Variations of KRAS, SMAD4, TP53 and CDKN2A have never been detected in SPT [5,6], which is different to the molecular changes seen in some malignancies such as pancreatic cancer. However, the significance of Wnt signaling with β-catenin mutations in SPT has been determined [4]. Almost all patients with SPT have mutations of the somatic β-catenin coding gene (CTNNB1), and numerous proteins associated with β-catenin have been detected as dysfunctional [5,7,8]. Normally, neoplasm development has been described as regulated by multiple events instead of a single key protein [9]. In SPT, other gene variations may have a synergistic effect on the biological behavior of the neoplasm.

In the present study, we applied whole exome sequencing to investigate the cause of the genetic variation of solid pseudopapillary tumor. By identifying the prominent variations of indels and SNPs, 95 events were detected which were observed to impact gene function. These events have enabled us to describe the potential molecular pathways involved in the pathogenesis of this disease.

2. Results

We performed whole-exome sequencing of paired SPT tissues from nine patients with SPT confirmed by pathology, including four males (aged from 26 to 51 years) and five females (aged from 25 to 43 years). All patients were diagnosed with pancreatic cystic, solid, or cystic-solid lesions. The clinical features of seven patients with non-metastatic disease and two patients with metastases are listed in Table 1. Each set of paired sequencing data from the neoplasm and adjacent tissues were compared to detect the SPT-specific gene variations.

Table 1

Clinicopathological characteristics of patients.
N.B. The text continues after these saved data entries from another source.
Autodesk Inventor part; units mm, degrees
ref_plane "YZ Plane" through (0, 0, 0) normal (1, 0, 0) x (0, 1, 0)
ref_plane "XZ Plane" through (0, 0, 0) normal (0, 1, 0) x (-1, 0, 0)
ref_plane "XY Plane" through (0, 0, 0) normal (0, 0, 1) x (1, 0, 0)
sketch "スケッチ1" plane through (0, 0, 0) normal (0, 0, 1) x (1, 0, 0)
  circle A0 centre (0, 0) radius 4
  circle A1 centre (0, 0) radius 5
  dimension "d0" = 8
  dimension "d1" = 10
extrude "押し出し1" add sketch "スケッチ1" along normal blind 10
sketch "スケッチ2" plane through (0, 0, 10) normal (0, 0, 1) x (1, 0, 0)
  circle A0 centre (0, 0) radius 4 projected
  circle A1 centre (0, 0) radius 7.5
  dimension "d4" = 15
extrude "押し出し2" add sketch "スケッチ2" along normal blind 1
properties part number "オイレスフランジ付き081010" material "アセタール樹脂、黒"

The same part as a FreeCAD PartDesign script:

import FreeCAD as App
import Part
import Sketcher

V = App.Vector
Q = App.Units.Quantity

doc = App.newDocument("Part")
params = doc.addObject("Spreadsheet::Sheet", "Params")
for row, (alias, value) in enumerate([
    ("sketch1_diameter", "10 mm"),
    ("sketch1_diameter2", "8 mm"),
    ("pad1_length", "10 mm"),
    ("sketch2_diameter", "15 mm"),
    ("sketch2_diameter2", "8 mm"),
    ("pad2_length", "1 mm"),
], start=1):
    params.set(f"A{row}", alias)
    params.set(f"B{row}", "=" + value)
    params.setAlias(f"B{row}", alias)

body = doc.addObject("PartDesign::Body", "Body")

# Sketch on XY plane
sketch1 = doc.addObject("Sketcher::SketchObject", "Sketch")
body.addObject(sketch1)
sketch1.AttachmentSupport = (doc.XY_Plane, [""])
sketch1.MapMode = "FlatFace"
sketch1.addGeometry(Part.Circle(V(0, 0, 0), V(0, 0, 1), 5), False)
sketch1.addGeometry(Part.Circle(V(0, 0, 0), V(0, 0, 1), 4), False)
sketch1.addConstraint(Sketcher.Constraint("Coincident", 0, 3, -1, 1))
sketch1.addConstraint(Sketcher.Constraint("Coincident", 1, 3, -1, 1))
sketch1.addConstraint(Sketcher.Constraint("Diameter", 0, Q("10 mm")))
sketch1.addConstraint(Sketcher.Constraint("Diameter", 1, Q("8 mm")))
sketch1.setExpression("Constraints[2]", "Params.sketch1_diameter")
sketch1.setExpression("Constraints[3]", "Params.sketch1_diameter2")
pad1 = doc.addObject("PartDesign::Pad", "Pad")
body.addObject(pad1)
pad1.Profile = sketch1
pad1.setExpression("Length", "Params.pad1_length")

# Sketch on XY plane
sketch2 = doc.addObject("Sketcher::SketchObject", "Sketch001")
body.addObject(sketch2)
sketch2.AttachmentSupport = (doc.XY_Plane, [""])
sketch2.MapMode = "FlatFace"
sketch2.AttachmentOffset = App.Placement(V(0, 0, 10), App.Rotation())
sketch2.addGeometry(Part.Circle(V(0, 0, 0), V(0, 0, 1), 7.5), False)
sketch2.addGeometry(Part.Circle(V(0, 0, 0), V(0, 0, 1), 4), False)
sketch2.addConstraint(Sketcher.Constraint("Coincident", 0, 3, -1, 1))
sketch2.addConstraint(Sketcher.Constraint("Coincident", 1, 3, -1, 1))
sketch2.addConstraint(Sketcher.Constraint("Diameter", 0, Q("15 mm")))
sketch2.addConstraint(Sketcher.Constraint("Diameter", 1, Q("8 mm")))
sketch2.setExpression("Constraints[2]", "Params.sketch2_diameter")
sketch2.setExpression("Constraints[3]", "Params.sketch2_diameter2")
pad2 = doc.addObject("PartDesign::Pad", "Pad001")
body.addObject(pad2)
pad2.Profile = sketch2
pad2.setExpression("Length", "Params.pad2_length")

doc.recompute()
Patients	Gender	Age (Years)	Size (mm)	TNM Stage	Location	Distant Metastasis (Yes/No)	CA19-9 Value	Surgical Procedures
1	male	35	18	I	head	No	no abnormal	distal pancreatectomy
2	male	33	50	II	body and tail	No	no abnormal	distal pancreatectomy
3	male	26	70	II	body and tail	No	no abnormal	distal pancreatectomy
5	female	43	108	II	head	Yes	no abnormal	total pancreatectomy
7	female	30	45	II	body and tail	No	no abnormal	distal pancreatectomy
8	female	31	45	II	head	No	no abnormal	pancreaticoduodenectomy
9	female	25	50	II	body and tail	No	no abnormal	distal pancreatectomy
10	female	25	NA	II	head	No	no abnormal	pancreaticoduodenectomy
11	male	51	138	IV	body and tail	Yes	no abnormal	distal pancreatectomy

2.1. Mononucleotide Variation in Solid Pseudopapillary Tumor of the Pancreas (SPT)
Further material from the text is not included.